Understanding why gradient descent works requires understanding the structure of the loss landscape it navigates.

In low dimensions, optimization is hard because local minima trap the optimizer. A two-dimensional loss surface with many valleys means gradient descent might settle in a shallow valley and never find the deepest one. This was a major concern in early neural network research.

In high dimensions, the situation is fundamentally different. Research by Choromanska et al. (2015) and Dauphin et al. (2014) showed that in high-dimensional loss landscapes, local minima tend to have loss values very close to the global minimum. The more concerning obstacles are saddle points, positions where the loss surface curves upward in some directions and downward in others. At a saddle point, the gradient is zero (so plain gradient descent stalls), but the point is not a minimum because moving in certain directions would decrease the loss.
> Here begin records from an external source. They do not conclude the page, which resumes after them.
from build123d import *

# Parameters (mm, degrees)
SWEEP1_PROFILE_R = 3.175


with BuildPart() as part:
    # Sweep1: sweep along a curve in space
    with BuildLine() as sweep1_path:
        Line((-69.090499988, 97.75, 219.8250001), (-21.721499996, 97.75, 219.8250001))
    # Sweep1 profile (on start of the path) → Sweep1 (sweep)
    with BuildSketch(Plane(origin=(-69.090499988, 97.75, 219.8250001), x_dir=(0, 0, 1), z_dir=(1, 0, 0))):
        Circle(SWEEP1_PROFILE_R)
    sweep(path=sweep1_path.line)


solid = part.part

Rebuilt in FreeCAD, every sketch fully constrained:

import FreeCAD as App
import Part
import Sketcher
from FreeCAD import Vector
Q = App.Units.Quantity

doc = App.newDocument("Part")
body = doc.addObject("PartDesign::Body", "Body")

# Sketch on YZ plane
sketch1 = body.newObject("Sketcher::SketchObject", "Sketch")
sketch1.AttachmentSupport = (doc.getObject("YZ_Plane"), [""])
sketch1.MapMode = "FlatFace"
sketch1.AttachmentOffset = App.Placement(Vector(0, 0, -69.0905), App.Rotation())
sketch1.addGeometry(Part.Circle(Vector(97.8, 219.8, 0), Vector(0, 0, 1), 3.2), False)
sketch1.addConstraint(Sketcher.Constraint("Diameter", 0, Q("0.25 in")))
sketch1.addConstraint(Sketcher.Constraint("DistanceX", -1, 1, 0, 3, 97.75))
sketch1.addConstraint(Sketcher.Constraint("DistanceY", -1, 1, 0, 3, 219.825))

# Sketch on XY plane
sketch2 = body.newObject("Sketcher::SketchObject", "Sketch001")
sketch2.AttachmentSupport = (doc.getObject("XY_Plane"), [""])
sketch2.MapMode = "FlatFace"
sketch2.AttachmentOffset = App.Placement(Vector(0, 0, 219.825), App.Rotation())
sketch2.addGeometry(Part.LineSegment(Vector(-69, 98, 0), Vector(-22, 98, 0)), False)
sketch2.addConstraint(Sketcher.Constraint("Horizontal", 0))
sketch2.addConstraint(Sketcher.Constraint("DistanceX", 0, 1, 0, 2, 47.369))
sketch2.addConstraint(Sketcher.Constraint("DistanceX", 0, 1, -1, 1, 69.0905))
sketch2.addConstraint(Sketcher.Constraint("DistanceY", -1, 1, 0, 1, 97.75))
doc.recompute()

additivepipe = body.newObject("PartDesign::AdditivePipe", "AdditivePipe")
additivepipe.Profile = sketch1
additivepipe.Spine = (sketch2, ["Edge1"])

doc.recompute()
Momentum and adaptive methods are effective at escaping saddle points because accumulated velocity carries the optimizer past the flat region.

Another important finding is that flatter minima tend to generalize better than sharp minima. A sharp minimum is a narrow valley where small changes in parameters cause large changes in loss. A flat minimum is a broad valley where the loss is similarly low across a range of parameter values. The noise in mini-batch gradient descent naturally biases the optimizer toward flat minima, because the noise prevents it from settling into sharp, narrow valleys. This is one reason why SGD with mini-batches often generalizes better than full-batch gradient descent despite its noisier gradient estimates.

Learning Rate Schedules

Using a fixed learning rate throughout training is suboptimal. In early training, a larger learning rate helps the model make rapid progress through the easy parts of the loss landscape. In later training, a smaller learning rate helps the model fine-tune its parameters near a good minimum without overshooting.
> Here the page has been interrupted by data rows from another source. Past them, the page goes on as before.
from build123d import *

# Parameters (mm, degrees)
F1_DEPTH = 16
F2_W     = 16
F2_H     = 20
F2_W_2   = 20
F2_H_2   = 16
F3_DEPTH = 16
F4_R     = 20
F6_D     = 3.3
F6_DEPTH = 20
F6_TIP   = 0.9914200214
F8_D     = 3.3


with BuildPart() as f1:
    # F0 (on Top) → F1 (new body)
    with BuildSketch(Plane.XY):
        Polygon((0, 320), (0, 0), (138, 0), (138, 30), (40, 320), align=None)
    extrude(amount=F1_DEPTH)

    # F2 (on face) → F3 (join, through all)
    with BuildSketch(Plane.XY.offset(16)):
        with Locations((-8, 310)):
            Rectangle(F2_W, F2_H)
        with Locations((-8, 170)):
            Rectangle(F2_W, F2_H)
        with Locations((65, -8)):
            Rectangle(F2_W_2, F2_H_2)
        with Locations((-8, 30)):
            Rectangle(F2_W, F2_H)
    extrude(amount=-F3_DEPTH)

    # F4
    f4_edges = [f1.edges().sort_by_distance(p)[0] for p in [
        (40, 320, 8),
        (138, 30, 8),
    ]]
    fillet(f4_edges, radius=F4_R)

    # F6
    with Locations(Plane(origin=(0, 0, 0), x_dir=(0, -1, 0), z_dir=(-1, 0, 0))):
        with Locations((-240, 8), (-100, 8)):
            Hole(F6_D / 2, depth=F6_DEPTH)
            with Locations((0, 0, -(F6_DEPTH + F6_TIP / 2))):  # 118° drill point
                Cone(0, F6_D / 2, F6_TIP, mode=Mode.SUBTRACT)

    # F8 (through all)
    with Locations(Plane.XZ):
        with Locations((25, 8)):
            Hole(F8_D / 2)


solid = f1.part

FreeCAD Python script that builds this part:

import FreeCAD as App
import Part
import Sketcher

V = App.Vector
Q = App.Units.Quantity


def edges_at(feature, points):
    """Names of the edges that pass closest to the given points."""
    edges = feature.Shape.Edges
    near = lambda p: min(range(len(edges)), key=lambda i: edges[i].distToShape(Part.Vertex(*p))[0])
    return sorted({f"Edge{near(p) + 1}" for p in points})


def add_polygon(sketch, points):
    """Adds a closed chain of lines whose ends are joined by coincident constraints."""
    first, n = sketch.GeometryCount, len(points)
    for a, b in zip(points, points[1:] + points[:1]):
        sketch.addGeometry(Part.LineSegment(App.Vector(*a, 0), App.Vector(*b, 0)), False)
    for i in range(n):
        sketch.addConstraint(Sketcher.Constraint("Coincident", first + i, 2, first + (i + 1) % n, 1))

doc = App.newDocument("Part")
body = doc.addObject("PartDesign::Body", "Body")

# Sketch on XY plane
sketch1 = doc.addObject("Sketcher::SketchObject", "Sketch")
body.addObject(sketch1)
sketch1.AttachmentSupport = (doc.XY_Plane, [""])
sketch1.MapMode = "FlatFace"
add_polygon(sketch1, [(0, 320), (0, 0), (138, 0), (138, 30), (40, 320)])  # lines 0-4
sketch1.addConstraint(Sketcher.Constraint("Vertical", 0))
sketch1.addConstraint(Sketcher.Constraint("Horizontal", 1))
sketch1.addConstraint(Sketcher.Constraint("Vertical", 2))
sketch1.addConstraint(Sketcher.Constraint("Horizontal", 4))
sketch1.addConstraint(Sketcher.Constraint("Coincident", 0, 2, -1, 1))
sketch1.addConstraint(Sketcher.Constraint("DistanceX", 1, 1, 1, 2, Q("138 mm")))
sketch1.addConstraint(Sketcher.Constraint("DistanceX", 4, 2, 4, 1, Q("40 mm")))
sketch1.addConstraint(Sketcher.Constraint("DistanceY", 0, 2, 0, 1, Q("320 mm")))
sketch1.addConstraint(Sketcher.Constraint("DistanceY", 2, 1, 2, 2, Q("30 mm")))
pad1 = doc.addObject("PartDesign::Pad", "Pad")
body.addObject(pad1)
pad1.Profile = sketch1
pad1.Length = 16

# Sketch on XY plane
sketch2 = doc.addObject("Sketcher::SketchObject", "Sketch001")
body.addObject(sketch2)
sketch2.AttachmentSupport = (doc.XY_Plane, [""])
sketch2.MapMode = "FlatFace"
sketch2.AttachmentOffset = App.Placement(V(0, 0, 16), App.Rotation())
add_polygon(sketch2, [(-16, 320), (-16, 300), (0, 300), (0, 320)])  # lines 0-3
add_polygon(sketch2, [(-16, 180), (-16, 160), (0, 160), (0, 180)])  # lines 4-7
add_polygon(sketch2, [(55, 0), (55, -16), (75, -16), (75, 0)])  # lines 8-11
add_polygon(sketch2, [(-16, 40), (-16, 20), (0, 20), (0, 40)])  # lines 12-15
sketch2.addConstraint(Sketcher.Constraint("Vertical", 0))
sketch2.addConstraint(Sketcher.Constraint("Horizontal", 1))
sketch2.addConstraint(Sketcher.Constraint("Vertical", 2))
sketch2.addConstraint(Sketcher.Constraint("Horizontal", 3))
sketch2.addConstraint(Sketcher.Constraint("Vertical", 4))
sketch2.addConstraint(Sketcher.Constraint("Horizontal", 5))
sketch2.addConstraint(Sketcher.Constraint("Vertical", 6))
sketch2.addConstraint(Sketcher.Constraint("Horizontal", 7))
sketch2.addConstraint(Sketcher.Constraint("Vertical", 8))
sketch2.addConstraint(Sketcher.Constraint("Horizontal", 9))
sketch2.addConstraint(Sketcher.Constraint("Vertical", 10))
sketch2.addConstraint(Sketcher.Constraint("Horizontal", 11))
sketch2.addConstraint(Sketcher.Constraint("Vertical", 12))
sketch2.addConstraint(Sketcher.Constraint("Horizontal", 13))
sketch2.addConstraint(Sketcher.Constraint("Vertical", 14))
sketch2.addConstraint(Sketcher.Constraint("Horizontal", 15))
sketch2.addConstraint(Sketcher.Constraint("PointOnObject", 1, 2, -2))
sketch2.addConstraint(Sketcher.Constraint("PointOnObject", 5, 2, -2))
sketch2.addConstraint(Sketcher.Constraint("PointOnObject", 10, 2, -1))
sketch2.addConstraint(Sketcher.Constraint("PointOnObject", 13, 2, -2))
sketch2.addConstraint(Sketcher.Constraint("Vertical", 3, 2, 4, 2))
sketch2.addConstraint(Sketcher.Constraint("Vertical", 7, 2, 12, 2))
sketch2.addConstraint(Sketcher.Constraint("Equal", 11, 0))
sketch2.addConstraint(Sketcher.Constraint("Equal", 2, 4))
sketch2.addConstraint(Sketcher.Constraint("Equal", 15, 8))
sketch2.addConstraint(Sketcher.Constraint("Equal", 6, 12))
sketch2.addConstraint(Sketcher.Constraint("DistanceX", 1, 1, 1, 2, Q("16 mm")))
sketch2.addConstraint(Sketcher.Constraint("DistanceX", 9, 1, 9, 2, Q("20 mm")))
sketch2.addConstraint(Sketcher.Constraint("DistanceY", -1, 1, 0, 2, Q("300 mm")))
sketch2.addConstraint(Sketcher.Constraint("DistanceY", -1, 1, 4, 2, Q("160 mm")))
sketch2.addConstraint(Sketcher.Constraint("DistanceX", -1, 1, 8, 2, Q("55 mm")))
sketch2.addConstraint(Sketcher.Constraint("DistanceY", -1, 1, 12, 2, Q("20 mm")))
pad2 = doc.addObject("PartDesign::Pad", "Pad001")
body.addObject(pad2)
pad2.Profile = sketch2
pad2.Type = "UpToLast"
pad2.Reversed = True
doc.recompute()

fillet = doc.addObject("PartDesign::Fillet", "Fillet")
body.addObject(fillet)
fillet.Base = (pad2, edges_at(pad2, [(40, 320, 8), (138, 30, 8)]))
fillet.Radius = 20

# Sketch on YZ plane
sketch3 = doc.addObject("Sketcher::SketchObject", "Sketch002")
body.addObject(sketch3)
sketch3.AttachmentSupport = (doc.YZ_Plane, [""])
sketch3.MapMode = "FlatFace"
sketch3.addGeometry(Part.Circle(V(240, 8, 0), V(0, 0, 1), 1.65), False)
sketch3.addGeometry(Part.Circle(V(100, 8, 0), V(0, 0, 1), 1.65), False)
sketch3.addConstraint(Sketcher.Constraint("Equal", 0, 1))
sketch3.addConstraint(Sketcher.Constraint("Horizontal", 0, 3, 1, 3))
sketch3.addConstraint(Sketcher.Constraint("Diameter", 0, Q("3.3 mm")))
sketch3.addConstraint(Sketcher.Constraint("DistanceX", -1, 1, 0, 3, Q("240 mm")))
sketch3.addConstraint(Sketcher.Constraint("DistanceY", -1, 1, 0, 3, Q("8 mm")))
sketch3.addConstraint(Sketcher.Constraint("DistanceX", -1, 1, 1, 3, Q("100 mm")))
doc.recompute()
hole = doc.addObject("PartDesign::Hole", "Hole")
body.addObject(hole)
hole.Profile = sketch3
hole.ThreadType = "None"
hole.Diameter = 3.3
hole.DepthType = "Dimension"
hole.Depth = 20
hole.DrillPoint = "Angled"
hole.DrillPointAngle = 118
hole.Reversed = True

# Sketch on XZ plane
sketch4 = doc.addObject("Sketcher::SketchObject", "Sketch003")
body.addObject(sketch4)
sketch4.AttachmentSupport = (doc.XZ_Plane, [""])
sketch4.MapMode = "FlatFace"
sketch4.addGeometry(Part.Circle(V(25, 8, 0), V(0, 0, 1), 1.65), False)
sketch4.addConstraint(Sketcher.Constraint("Diameter", 0, Q("3.3 mm")))
sketch4.addConstraint(Sketcher.Constraint("DistanceX", -1, 1, 0, 3, Q("25 mm")))
sketch4.addConstraint(Sketcher.Constraint("DistanceY", -1, 1, 0, 3, Q("8 mm")))
doc.recompute()
hole2 = doc.addObject("PartDesign::Hole", "Hole001")
body.addObject(hole2)
hole2.Profile = sketch4
hole2.ThreadType = "None"
hole2.Diameter = 3.3
hole2.DepthType = "ThroughAll"

doc.recompute()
Step decay reduces the learning rate by a fixed factor (typically dividing by 10) at predetermined epoch milestones. This is simple but requires knowing in advance when to reduce the rate.

Cosine annealing gradually decreases the learning rate following a cosine curve from the initial value to near zero over the training run. This is smooth, requires no manual milestones, and has become the default schedule for many training recipes.

Warm-up starts training with a very small learning rate and gradually increases it to the target value over the first few hundred or thousand steps. This prevents large, unstable updates when the model's parameters are still randomly initialized and the gradients are unreliable. Warm-up is nearly universal in transformer training.

Cyclical learning rates oscillate the learning rate between a minimum and maximum value. The theory is that periodically increasing the learning rate helps the optimizer escape local minima and explore new regions of the loss landscape. In practice, cyclical schedules work well for some problems but are less commonly used than cosine annealing.

Key Takeaway

Gradient descent trains AI models by repeatedly computing the slope of the loss function and adjusting parameters downhill. Mini-batch gradient descent with momentum and adaptive learning rates (Adam) is the standard approach. The learning rate is the most critical hyperparameter, and learning rate schedules that start large and decay over time consistently improve results. Despite navigating loss landscapes with billions of dimensions, gradient descent works because high-dimensional landscapes have favorable geometric properties that make good solutions accessible.